Still, Dr. Acheson said that Americans safely consumed hundreds of thousands of pounds of leafy greens every year and that the recent outbreak tied to spinach was an agricultural anomaly.

“Every now and again something goes wrong,” he said, “and the spinach example was one of the worst. Are we ever going to reach a point where we can say there is zero risk associated with fresh leafy greens? Probably not.”

But food safety experts said the lettuce recall only affirmed the need for more governmental oversight of the fresh produce industry, and for the type of inspections that governed meat and poultry.

“There’s no federal agency that deals with this,” said Marion Nestle, a professor of nutrition, public health and food safety at New York University. “This falls through the cracks, and that needs to be fixed.”

That need is even more acute, Dr. Nestle said, because many vegetables are eaten raw. “You could cook spinach, but you don’t ever cook lettuce,” she said.

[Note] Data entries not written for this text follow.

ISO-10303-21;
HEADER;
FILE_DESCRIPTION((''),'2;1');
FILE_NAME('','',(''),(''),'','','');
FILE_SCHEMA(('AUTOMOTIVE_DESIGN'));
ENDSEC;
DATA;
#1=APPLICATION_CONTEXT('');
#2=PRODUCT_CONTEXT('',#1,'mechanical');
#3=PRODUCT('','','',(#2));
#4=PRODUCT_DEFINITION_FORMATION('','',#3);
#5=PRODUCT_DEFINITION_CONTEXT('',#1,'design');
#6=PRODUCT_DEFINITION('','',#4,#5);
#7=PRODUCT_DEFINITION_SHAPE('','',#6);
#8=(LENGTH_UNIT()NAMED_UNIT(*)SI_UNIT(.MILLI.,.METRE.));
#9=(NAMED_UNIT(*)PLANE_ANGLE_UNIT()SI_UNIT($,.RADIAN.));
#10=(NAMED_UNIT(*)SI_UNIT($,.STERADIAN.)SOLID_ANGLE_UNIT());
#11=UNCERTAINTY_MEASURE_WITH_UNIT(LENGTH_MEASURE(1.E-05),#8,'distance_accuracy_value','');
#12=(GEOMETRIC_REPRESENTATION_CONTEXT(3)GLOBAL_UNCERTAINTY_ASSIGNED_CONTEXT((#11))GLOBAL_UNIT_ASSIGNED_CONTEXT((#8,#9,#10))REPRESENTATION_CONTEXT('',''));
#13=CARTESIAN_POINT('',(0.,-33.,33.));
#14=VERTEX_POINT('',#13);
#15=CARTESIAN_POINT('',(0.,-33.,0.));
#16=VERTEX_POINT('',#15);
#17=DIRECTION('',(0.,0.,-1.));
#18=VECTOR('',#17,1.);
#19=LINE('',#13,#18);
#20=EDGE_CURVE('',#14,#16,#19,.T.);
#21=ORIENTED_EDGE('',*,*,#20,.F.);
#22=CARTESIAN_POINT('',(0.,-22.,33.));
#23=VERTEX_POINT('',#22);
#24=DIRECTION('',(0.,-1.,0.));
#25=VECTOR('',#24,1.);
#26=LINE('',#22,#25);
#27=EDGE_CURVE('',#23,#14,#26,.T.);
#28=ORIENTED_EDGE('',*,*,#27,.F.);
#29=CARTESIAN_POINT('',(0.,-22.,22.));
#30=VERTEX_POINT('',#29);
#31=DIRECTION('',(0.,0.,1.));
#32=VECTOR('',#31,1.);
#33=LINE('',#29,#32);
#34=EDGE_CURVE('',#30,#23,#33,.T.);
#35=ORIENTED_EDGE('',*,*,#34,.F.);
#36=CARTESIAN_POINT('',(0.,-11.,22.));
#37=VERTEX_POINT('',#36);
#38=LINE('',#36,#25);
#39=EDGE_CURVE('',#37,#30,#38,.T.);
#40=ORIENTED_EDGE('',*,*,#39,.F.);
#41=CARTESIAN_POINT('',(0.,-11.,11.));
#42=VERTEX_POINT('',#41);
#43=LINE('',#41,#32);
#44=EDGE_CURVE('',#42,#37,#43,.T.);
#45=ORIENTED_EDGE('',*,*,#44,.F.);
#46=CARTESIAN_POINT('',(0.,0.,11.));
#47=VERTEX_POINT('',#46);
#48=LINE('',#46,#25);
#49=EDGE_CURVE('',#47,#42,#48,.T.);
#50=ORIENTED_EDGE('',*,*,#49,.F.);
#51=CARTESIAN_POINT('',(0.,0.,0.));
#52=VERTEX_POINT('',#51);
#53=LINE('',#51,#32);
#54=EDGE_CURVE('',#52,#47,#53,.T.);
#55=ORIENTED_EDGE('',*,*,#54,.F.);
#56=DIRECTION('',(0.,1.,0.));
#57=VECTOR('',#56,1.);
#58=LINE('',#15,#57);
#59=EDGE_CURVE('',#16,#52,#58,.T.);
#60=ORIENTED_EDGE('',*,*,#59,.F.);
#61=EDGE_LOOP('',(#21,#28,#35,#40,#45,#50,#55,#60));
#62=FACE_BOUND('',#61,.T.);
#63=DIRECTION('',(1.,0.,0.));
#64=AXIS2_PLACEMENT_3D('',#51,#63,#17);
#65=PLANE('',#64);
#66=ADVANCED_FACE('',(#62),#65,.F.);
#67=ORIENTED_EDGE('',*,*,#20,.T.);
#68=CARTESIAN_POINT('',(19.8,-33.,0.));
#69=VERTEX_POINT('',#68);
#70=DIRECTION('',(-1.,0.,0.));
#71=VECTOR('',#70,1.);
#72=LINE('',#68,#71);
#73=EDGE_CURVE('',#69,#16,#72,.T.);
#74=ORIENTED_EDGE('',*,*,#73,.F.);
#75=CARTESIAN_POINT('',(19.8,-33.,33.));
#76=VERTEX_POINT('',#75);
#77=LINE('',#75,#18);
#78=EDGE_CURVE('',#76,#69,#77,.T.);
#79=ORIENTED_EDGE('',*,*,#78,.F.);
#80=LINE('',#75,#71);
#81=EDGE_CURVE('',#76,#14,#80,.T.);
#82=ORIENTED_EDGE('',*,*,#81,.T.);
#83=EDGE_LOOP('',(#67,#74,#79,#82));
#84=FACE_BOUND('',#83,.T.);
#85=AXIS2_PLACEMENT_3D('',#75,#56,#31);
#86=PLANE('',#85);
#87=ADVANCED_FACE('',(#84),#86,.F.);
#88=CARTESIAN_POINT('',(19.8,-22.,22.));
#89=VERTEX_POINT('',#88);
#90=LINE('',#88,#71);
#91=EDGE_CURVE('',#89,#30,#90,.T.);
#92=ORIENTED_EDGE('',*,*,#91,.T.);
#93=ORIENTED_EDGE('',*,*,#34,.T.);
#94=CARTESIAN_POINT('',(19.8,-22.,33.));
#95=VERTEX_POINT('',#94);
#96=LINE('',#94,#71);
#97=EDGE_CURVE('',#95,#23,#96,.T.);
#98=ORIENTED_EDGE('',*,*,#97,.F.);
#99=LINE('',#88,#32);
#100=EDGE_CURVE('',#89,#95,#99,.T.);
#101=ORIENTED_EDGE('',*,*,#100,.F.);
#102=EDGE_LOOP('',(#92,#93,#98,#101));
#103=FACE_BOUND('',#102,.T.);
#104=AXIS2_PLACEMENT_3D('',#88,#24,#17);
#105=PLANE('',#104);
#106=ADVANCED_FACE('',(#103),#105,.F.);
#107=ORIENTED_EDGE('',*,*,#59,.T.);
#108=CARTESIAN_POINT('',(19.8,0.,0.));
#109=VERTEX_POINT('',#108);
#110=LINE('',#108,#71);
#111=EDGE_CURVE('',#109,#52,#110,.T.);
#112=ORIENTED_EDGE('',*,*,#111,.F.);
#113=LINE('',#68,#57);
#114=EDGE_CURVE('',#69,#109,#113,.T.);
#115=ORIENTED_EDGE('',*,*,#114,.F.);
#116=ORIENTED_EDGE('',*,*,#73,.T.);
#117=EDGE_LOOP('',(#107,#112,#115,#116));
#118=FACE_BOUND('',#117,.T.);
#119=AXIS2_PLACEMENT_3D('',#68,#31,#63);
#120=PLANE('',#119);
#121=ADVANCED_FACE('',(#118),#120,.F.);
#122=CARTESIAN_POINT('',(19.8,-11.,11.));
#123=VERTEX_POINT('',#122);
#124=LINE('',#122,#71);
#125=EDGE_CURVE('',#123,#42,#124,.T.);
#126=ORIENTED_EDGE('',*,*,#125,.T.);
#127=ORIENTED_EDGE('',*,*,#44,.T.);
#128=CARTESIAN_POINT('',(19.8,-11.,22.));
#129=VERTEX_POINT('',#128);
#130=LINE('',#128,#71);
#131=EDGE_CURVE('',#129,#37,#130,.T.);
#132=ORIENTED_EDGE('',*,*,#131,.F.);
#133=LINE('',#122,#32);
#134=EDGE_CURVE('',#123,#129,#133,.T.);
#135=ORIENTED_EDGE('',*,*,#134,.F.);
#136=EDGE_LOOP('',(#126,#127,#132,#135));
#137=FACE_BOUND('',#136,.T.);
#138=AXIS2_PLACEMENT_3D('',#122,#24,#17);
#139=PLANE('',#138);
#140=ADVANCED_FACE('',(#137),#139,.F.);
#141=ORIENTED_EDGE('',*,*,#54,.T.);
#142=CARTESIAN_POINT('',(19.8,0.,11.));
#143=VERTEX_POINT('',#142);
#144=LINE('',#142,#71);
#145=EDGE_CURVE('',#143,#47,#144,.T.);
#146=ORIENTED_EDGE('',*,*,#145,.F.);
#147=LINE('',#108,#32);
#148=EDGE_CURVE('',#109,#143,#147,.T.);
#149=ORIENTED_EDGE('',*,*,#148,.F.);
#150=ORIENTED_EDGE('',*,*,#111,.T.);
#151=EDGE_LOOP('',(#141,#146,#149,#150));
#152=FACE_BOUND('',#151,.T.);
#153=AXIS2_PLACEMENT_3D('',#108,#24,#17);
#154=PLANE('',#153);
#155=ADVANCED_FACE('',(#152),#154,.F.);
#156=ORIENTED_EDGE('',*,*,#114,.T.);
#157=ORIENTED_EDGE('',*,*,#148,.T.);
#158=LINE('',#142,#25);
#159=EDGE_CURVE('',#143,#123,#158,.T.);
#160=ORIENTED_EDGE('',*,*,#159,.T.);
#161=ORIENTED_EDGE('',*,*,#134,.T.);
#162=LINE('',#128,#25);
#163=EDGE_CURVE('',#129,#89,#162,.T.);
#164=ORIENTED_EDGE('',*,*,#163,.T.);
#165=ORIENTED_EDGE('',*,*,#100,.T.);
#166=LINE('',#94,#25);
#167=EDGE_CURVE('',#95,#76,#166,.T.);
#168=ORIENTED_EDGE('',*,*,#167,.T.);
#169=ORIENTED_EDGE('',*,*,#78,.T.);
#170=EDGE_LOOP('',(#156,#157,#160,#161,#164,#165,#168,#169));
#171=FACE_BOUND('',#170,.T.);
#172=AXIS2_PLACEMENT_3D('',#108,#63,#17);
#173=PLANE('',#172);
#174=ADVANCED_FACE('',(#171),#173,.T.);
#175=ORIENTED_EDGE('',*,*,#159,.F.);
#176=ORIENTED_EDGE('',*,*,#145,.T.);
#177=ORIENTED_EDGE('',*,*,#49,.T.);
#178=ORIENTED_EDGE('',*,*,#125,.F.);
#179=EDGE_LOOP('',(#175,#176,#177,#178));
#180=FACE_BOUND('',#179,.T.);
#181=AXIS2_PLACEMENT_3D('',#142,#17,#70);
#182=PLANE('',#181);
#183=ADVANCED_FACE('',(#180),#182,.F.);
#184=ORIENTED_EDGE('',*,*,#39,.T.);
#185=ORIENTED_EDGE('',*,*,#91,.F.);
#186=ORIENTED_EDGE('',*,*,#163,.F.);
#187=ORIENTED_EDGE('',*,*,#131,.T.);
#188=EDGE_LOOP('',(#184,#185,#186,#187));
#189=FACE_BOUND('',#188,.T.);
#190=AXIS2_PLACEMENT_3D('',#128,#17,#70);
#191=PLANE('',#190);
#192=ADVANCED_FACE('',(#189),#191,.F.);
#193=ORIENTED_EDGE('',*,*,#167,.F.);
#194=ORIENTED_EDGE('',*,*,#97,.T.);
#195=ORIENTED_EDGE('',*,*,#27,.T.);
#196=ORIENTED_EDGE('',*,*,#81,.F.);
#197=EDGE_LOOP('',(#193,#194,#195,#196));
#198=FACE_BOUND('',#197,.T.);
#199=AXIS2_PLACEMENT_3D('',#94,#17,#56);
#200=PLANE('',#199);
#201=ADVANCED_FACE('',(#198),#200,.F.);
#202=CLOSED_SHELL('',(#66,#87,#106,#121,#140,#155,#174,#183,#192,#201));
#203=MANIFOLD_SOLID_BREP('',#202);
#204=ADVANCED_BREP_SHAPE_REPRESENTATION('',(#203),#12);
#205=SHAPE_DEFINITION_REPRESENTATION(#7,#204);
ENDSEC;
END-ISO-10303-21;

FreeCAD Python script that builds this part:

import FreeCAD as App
import Part
import Sketcher
from FreeCAD import Vector
Q = App.Units.Quantity


def add_polygon(sketch, points):
    """Adds a closed chain of lines whose ends are joined by coincident constraints."""
    first, n = sketch.GeometryCount, len(points)
    for a, b in zip(points, points[1:] + points[:1]):
        sketch.addGeometry(Part.LineSegment(App.Vector(*a, 0), App.Vector(*b, 0)), False)
    for i in range(n):
        sketch.addConstraint(Sketcher.Constraint("Coincident", first + i, 2, first + (i + 1) % n, 1))

doc = App.newDocument("Part")
body = doc.addObject("PartDesign::Body", "Body")

sketch1 = doc.addObject("Sketcher::SketchObject", "Sketch")
body.addObject(sketch1)
sketch1.AttachmentSupport = (doc.YZ_Plane, [""])
sketch1.MapMode = "FlatFace"
add_polygon(sketch1, [(0, 0), (0, 11), (-11, 11), (-11, 22), (-22, 22), (-22, 33), (-33, 33), (-33, 0)])
sketch1.addConstraint([
    Sketcher.Constraint("Vertical", 0),
    Sketcher.Constraint("Horizontal", 1),
    Sketcher.Constraint("Vertical", 2),
    Sketcher.Constraint("Horizontal", 3),
    Sketcher.Constraint("Vertical", 4),
    Sketcher.Constraint("Horizontal", 5),
    Sketcher.Constraint("Vertical", 6),
    Sketcher.Constraint("Horizontal", 7),
    Sketcher.Constraint("Coincident", 7, 2, -1, 1),
    Sketcher.Constraint("Equal", 1, 3),
    Sketcher.Constraint("Equal", 3, 5),
    Sketcher.Constraint("Equal", 5, 0),
    Sketcher.Constraint("Equal", 0, 2),
    Sketcher.Constraint("Equal", 2, 4),
    Sketcher.Constraint("DistanceX", 1, 2, 1, 1, Q("11 mm")),
])
pad1 = doc.addObject("PartDesign::Pad", "Pad")
body.addObject(pad1)
pad1.Profile = sketch1
pad1.Length = 19.8

doc.recompute()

Dave Kranz, a spokesman for the California Farm Bureau Federation, said it was premature to estimate what kind of economic damage the lettuce recall might inflict on farmers already hit hard by the spinach scare. Although the government warning on that crop was lifted, Mr. Kranz said, many farmers are still on hold, “waiting to see how much demand there will be, and how soon.”

While the Salinas Valley has been the focus of the recent E. Coli investigations, the growing season is poised to shift south, and there, farmers are anxious.

“It’s a huge worry,” said Jack Vessey, a vegetable farmer in El Centro, about 500 miles south of Salinas. Mr. Vessey grows 20 winter crops at his 7,000-acre ranch and just seeded green leaf lettuce fields for the mid-November harvest. Now, however, he is having second thoughts.

“The consumer confidence has to come back,” Mr. Vessey said. “I’m putting seed in the ground. But I’m pretty much gambling on what I plant now.”

Carolyn Marshall contributed reporting from San Francisco, and Libby Sander from Chicago.